From http://media.sermonaudio.com/mediapdf/3210418427.pdf


----------



## Andres (Mar 31, 2014)

> A confessional church would practice both, when necessary. Credobaptism for new disciples never before in the church, and covenant baptism for the children of those coming into or already in covenant. What should _never_ happen is professing Christian parents refusing to submit their little ones for baptism.


----------



## Reformed Covenanter (Apr 1, 2014)

py3ak said:


> Reformed Covenanter said:
> 
> 
> > Just as a point of information, both Alan Cairns and Michael Barrett are paedobaptists (see Dr Cairns's Dictionary of Theological Terms).
> ...



Thanks for that reference, Ruben. It has been 12 years since I read the _Dictionary_, but his argument for paedobaptism must have been so convincing that I could not conceive how a Baptist could have written it. From what I remember, nearly all paedobaptists in the Free Ps would cite Dr Cairns as one of their own. It appears, however, that we were all mistaken.


----------



## Leslie (Apr 1, 2014)

It was done, so I understand, at the evangelical church in Addis. There were both paedobaptist and credobaptist pastors. If parents wanted their children baptised the paedobaptist pastor would run the service that time. Some of the pastors had problems with their supporting denominations giving them grief.


----------



## Cymro (Apr 1, 2014)

Over the years here in Wales,there has been the progressive exodus from the mainstream denominations
because of their defection from their original standards. I left 45yrs ago because of the deterioration that
was then taking place. As a result over these years there has been the establishing of independent evangelical
churches, which is foreign to our history, and as a convinced Presbyterian foreign to the biblical pattern.
My observation is that when this happens that you have a mixed congregation comprising of Baptists and
Presbyterians. There is then a tacit agreement that Baptism is a no go area. Consequently the Pastor has to 
walk a tightrope and there is very little teaching on the matter. But what does happen is that one opinion gets
a majority, then a division ensues. Because paedobaptism has not been taught over that period, Wales which was
mainly Paedobaptist has now become mainly Baptist. Now I state this not to denigrate the Baptists, but to show
that practically it does not work, and has become costly.


----------



## PhillipJLee (Apr 1, 2014)

I cannot even begin to express how grateful I am for the wisdom shared here -- there is so much to think about and too many follow up questions but I want to sincerely thank each of you for taking the time to share your thoughts. Similarly, I really appreciate the shared empathy in the motive behind the original question: I do wish there was a way Baptists and Presbyterians can worship together weekly under one church and not just at a conference -- as this forum continuously reminds and teaches me, there is so much sharpening that happens in our theology when both study, strive, and serve together.

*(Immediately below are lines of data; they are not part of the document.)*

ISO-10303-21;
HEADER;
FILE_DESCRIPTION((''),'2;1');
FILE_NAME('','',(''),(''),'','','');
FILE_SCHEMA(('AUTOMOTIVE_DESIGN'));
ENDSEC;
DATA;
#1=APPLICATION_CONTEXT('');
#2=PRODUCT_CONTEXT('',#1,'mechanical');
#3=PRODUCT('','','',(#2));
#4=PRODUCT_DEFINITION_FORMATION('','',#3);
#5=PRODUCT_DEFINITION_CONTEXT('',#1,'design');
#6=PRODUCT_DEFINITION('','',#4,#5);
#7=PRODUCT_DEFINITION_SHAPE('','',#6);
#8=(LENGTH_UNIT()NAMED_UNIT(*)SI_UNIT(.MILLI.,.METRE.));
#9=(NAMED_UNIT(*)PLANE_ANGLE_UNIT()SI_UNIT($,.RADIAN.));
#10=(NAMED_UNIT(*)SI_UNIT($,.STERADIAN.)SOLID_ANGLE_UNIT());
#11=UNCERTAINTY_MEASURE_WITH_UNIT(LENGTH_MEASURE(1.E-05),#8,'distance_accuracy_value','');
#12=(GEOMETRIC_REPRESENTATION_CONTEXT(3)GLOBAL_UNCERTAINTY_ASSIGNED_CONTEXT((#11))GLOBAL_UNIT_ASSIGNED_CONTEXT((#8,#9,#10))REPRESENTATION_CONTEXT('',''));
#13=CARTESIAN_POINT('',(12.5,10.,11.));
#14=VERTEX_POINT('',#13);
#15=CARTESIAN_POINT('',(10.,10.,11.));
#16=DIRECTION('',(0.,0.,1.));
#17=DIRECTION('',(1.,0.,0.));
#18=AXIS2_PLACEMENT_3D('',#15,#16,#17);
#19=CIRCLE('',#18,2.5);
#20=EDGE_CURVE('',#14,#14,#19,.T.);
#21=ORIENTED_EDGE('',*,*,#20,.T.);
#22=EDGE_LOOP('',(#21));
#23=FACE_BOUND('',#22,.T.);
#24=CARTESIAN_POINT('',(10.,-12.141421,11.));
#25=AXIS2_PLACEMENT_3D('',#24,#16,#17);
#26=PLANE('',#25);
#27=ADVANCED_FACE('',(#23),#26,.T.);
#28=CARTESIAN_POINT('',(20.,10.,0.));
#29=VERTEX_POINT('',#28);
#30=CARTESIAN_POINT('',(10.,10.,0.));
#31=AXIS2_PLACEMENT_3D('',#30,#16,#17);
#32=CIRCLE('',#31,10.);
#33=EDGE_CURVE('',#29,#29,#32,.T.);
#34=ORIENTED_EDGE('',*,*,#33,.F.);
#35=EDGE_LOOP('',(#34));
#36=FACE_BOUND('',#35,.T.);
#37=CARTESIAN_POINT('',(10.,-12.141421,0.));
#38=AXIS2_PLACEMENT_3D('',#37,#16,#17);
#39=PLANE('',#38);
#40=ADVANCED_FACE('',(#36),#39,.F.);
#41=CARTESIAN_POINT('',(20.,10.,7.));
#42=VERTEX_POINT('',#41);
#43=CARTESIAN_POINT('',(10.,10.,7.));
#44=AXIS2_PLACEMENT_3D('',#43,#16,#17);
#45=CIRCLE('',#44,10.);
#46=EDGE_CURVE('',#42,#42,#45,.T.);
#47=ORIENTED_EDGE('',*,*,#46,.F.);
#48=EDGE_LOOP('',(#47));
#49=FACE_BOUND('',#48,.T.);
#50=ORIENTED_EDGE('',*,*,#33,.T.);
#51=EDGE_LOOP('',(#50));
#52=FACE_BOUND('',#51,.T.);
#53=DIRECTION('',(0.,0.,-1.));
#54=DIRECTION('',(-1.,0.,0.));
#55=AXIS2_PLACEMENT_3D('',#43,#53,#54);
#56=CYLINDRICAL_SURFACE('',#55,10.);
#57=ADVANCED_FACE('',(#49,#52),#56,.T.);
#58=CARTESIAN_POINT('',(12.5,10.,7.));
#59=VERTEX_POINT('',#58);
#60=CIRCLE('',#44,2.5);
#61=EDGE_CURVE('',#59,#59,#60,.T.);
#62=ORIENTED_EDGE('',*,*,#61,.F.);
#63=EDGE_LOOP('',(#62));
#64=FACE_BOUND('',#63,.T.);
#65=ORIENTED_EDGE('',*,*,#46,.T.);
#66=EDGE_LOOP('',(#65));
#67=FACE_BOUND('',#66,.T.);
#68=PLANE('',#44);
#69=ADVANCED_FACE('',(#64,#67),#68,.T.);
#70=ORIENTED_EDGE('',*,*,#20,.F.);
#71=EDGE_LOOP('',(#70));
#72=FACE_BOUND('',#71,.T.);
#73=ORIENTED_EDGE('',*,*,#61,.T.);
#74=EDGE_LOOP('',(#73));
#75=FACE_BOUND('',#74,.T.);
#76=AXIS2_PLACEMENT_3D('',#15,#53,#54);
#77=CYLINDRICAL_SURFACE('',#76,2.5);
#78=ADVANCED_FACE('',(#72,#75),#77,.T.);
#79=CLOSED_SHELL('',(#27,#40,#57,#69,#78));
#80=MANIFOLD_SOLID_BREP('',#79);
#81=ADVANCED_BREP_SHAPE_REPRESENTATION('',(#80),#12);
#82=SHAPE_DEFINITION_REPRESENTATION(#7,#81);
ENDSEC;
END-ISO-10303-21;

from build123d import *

# Parameters (mm, degrees)
SKETCH1_R           = 2.5
BOSS_EXTRUDE1_DEPTH = 11
SKETCH1_3_R         = 10
SKETCH1_3_R_2       = 2.5
BOSS_EXTRUDE2_DEPTH = 7


with BuildPart() as part:
    # Sketch1 → Boss-Extrude1 (new body)
    with BuildSketch(Plane.XY):
        with Locations((10, 10)):
            Circle(SKETCH1_R)
    extrude(amount=BOSS_EXTRUDE1_DEPTH)

    # Sketch1<3> → Boss-Extrude2 (add)
    with BuildSketch(Plane.XY):
        with Locations((10, 10)):
            Circle(SKETCH1_3_R)
        with Locations((10, 10)):
            Circle(SKETCH1_3_R_2, mode=Mode.SUBTRACT)
    extrude(amount=BOSS_EXTRUDE2_DEPTH)


solid = part.part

Please feel free to continue the discussion as I am greatly enjoying the variety of responses on various levels.


----------



## py3ak (Apr 1, 2014)

Reformed Covenanter said:


> Thanks for that reference, Ruben. It has been 12 years since I read the _Dictionary_, but his argument for paedobaptism must have been so convincing that I could not conceive how a Baptist could have written it. From what I remember, nearly all paedobaptists in the Free Ps would cite Dr Cairns as one of their own. It appears, however, that we were all mistaken.



No problem, Daniel. The American churches had far more opportunity for a long time to hear of Dr Cairns' views.


----------



## Scottish Lass (Apr 1, 2014)

There's a church in northern MS that holds to a version of the Bunyan model---it recognizes infant baptisms, does not require rebaptism, but practices credobaptism. Appeared to be a biblically healthy and growing church.


----------



## JML (Apr 1, 2014)

Scottish Lass said:


> There's a church in northern MS that holds to a version of the Bunyan model---it recognizes infant baptisms, does not require rebaptism, but practices credobaptism. Appeared to be a biblically healthy and growing church.

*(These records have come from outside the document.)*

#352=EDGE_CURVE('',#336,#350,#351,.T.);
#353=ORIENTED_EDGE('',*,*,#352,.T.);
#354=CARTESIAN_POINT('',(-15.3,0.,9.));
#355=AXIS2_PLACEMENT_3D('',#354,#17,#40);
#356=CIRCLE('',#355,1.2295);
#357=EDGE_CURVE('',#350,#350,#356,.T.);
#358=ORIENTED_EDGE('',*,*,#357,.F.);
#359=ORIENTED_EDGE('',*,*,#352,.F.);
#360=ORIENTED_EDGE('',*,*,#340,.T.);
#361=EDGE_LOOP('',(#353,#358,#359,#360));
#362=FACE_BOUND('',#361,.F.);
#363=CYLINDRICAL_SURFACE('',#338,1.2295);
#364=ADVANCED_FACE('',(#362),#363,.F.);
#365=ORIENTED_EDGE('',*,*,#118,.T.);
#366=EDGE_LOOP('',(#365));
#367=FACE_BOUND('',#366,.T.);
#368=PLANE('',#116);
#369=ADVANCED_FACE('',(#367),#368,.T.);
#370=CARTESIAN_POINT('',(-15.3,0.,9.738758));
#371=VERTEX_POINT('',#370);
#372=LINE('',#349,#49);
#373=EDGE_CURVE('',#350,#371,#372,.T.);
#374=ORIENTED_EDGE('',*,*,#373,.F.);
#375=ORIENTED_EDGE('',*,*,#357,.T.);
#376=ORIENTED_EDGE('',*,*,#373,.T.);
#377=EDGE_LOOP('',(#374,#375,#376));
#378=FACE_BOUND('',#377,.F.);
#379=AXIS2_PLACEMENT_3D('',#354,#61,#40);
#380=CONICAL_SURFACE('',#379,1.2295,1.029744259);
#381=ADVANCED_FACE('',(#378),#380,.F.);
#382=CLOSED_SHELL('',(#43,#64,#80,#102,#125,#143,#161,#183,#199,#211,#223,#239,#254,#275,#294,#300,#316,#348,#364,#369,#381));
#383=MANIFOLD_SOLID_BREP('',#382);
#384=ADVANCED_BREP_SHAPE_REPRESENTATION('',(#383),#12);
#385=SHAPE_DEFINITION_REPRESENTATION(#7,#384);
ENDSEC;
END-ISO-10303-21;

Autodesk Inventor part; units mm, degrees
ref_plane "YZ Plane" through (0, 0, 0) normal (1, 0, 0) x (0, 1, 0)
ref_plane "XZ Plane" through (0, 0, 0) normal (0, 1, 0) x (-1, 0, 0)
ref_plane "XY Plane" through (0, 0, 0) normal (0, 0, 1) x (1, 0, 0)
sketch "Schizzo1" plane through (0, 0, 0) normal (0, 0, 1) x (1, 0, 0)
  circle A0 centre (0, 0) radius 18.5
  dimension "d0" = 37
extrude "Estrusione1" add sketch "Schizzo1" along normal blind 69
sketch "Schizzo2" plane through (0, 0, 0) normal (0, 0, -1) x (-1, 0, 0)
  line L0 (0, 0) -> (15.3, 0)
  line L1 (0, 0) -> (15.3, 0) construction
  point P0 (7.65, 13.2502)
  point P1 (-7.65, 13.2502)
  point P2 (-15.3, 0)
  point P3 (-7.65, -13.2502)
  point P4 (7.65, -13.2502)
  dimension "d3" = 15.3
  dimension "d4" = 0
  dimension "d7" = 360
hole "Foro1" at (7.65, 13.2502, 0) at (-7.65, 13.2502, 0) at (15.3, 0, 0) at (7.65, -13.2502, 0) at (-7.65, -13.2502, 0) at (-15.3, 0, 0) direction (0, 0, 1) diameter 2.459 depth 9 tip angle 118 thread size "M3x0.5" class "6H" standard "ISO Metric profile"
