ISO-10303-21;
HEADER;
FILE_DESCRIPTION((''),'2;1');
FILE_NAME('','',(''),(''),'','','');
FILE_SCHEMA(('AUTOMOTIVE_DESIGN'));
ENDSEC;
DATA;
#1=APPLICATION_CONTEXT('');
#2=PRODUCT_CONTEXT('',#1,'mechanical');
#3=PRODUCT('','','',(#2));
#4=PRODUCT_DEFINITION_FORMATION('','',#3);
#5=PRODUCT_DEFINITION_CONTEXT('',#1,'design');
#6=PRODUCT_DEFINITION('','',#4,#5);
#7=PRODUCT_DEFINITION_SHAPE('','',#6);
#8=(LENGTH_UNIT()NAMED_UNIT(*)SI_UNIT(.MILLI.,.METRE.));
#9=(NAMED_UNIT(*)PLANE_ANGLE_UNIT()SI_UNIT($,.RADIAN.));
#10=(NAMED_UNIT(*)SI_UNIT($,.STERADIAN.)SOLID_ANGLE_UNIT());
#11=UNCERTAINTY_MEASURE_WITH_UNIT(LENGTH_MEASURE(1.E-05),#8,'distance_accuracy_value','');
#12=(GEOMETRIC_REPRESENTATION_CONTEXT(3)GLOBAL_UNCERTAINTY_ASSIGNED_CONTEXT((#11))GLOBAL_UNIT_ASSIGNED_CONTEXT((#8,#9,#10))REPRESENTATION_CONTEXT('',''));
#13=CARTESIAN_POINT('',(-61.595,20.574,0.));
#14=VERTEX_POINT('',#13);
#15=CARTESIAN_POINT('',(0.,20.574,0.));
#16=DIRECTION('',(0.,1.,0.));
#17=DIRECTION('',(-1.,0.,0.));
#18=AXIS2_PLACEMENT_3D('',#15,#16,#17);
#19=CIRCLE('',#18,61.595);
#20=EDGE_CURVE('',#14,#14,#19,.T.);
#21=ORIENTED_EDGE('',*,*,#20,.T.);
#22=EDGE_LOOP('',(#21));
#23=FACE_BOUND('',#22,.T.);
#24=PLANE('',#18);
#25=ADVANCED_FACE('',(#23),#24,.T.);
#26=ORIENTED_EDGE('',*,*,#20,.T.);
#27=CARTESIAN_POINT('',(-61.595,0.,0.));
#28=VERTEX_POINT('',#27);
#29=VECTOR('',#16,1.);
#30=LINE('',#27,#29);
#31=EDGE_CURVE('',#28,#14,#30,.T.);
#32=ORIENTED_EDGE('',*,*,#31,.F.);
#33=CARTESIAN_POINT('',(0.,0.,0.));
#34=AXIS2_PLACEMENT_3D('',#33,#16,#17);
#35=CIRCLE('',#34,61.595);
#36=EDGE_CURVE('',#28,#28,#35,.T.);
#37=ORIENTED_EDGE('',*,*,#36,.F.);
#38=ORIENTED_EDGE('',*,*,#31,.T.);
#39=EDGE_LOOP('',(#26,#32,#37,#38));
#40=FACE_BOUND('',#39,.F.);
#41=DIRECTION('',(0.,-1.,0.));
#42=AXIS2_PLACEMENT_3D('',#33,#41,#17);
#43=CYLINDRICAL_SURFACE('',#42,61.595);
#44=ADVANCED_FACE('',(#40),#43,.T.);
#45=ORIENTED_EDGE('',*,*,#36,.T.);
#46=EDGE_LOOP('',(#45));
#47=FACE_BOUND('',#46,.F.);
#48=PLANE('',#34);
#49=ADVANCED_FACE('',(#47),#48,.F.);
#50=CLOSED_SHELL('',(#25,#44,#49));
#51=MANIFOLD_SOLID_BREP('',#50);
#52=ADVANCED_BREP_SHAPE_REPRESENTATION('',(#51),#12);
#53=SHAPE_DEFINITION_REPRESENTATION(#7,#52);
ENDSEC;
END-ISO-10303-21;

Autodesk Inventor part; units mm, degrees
ref_plane "YZ Plane" through (0, 0, 0) normal (1, 0, 0) x (0, 1, 0)
ref_plane "XZ Plane" through (0, 0, 0) normal (0, 1, 0) x (-1, 0, 0)
ref_plane "XY Plane" through (0, 0, 0) normal (0, 0, 1) x (1, 0, 0)
sketch "Sketch1" plane through (0, 0, 0) normal (0, 1, 0) x (-1, 0, 0)
  circle A0 centre (0, 0) radius 61.595
  dimension "d0" = 123.19
extrude "Extrusion1" add sketch "Sketch1" along normal blind 20.574
properties part number "Wheels"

What is the name of the church?


----------



## ProtestantBankie (Apr 25, 2014)

Reformed Covenanter said:


> ProtestantBankie said:
> 
> 
> > The Free Presbyterian Church of North America (and it's Mother church, The Free Presbyterian Church of Ulster) practice both.
> ...



I think you have assumed far more ignorance on my part than was neccesary brother. Fair enough I am an ignorant and some would even say "stupid" person, however, it is noy my ignorance that is disputed but the assumption of it. 

I didn't say that the Ravenhill Road was their first congregation. (My comments on Alan Cairns have also been shown to be correct)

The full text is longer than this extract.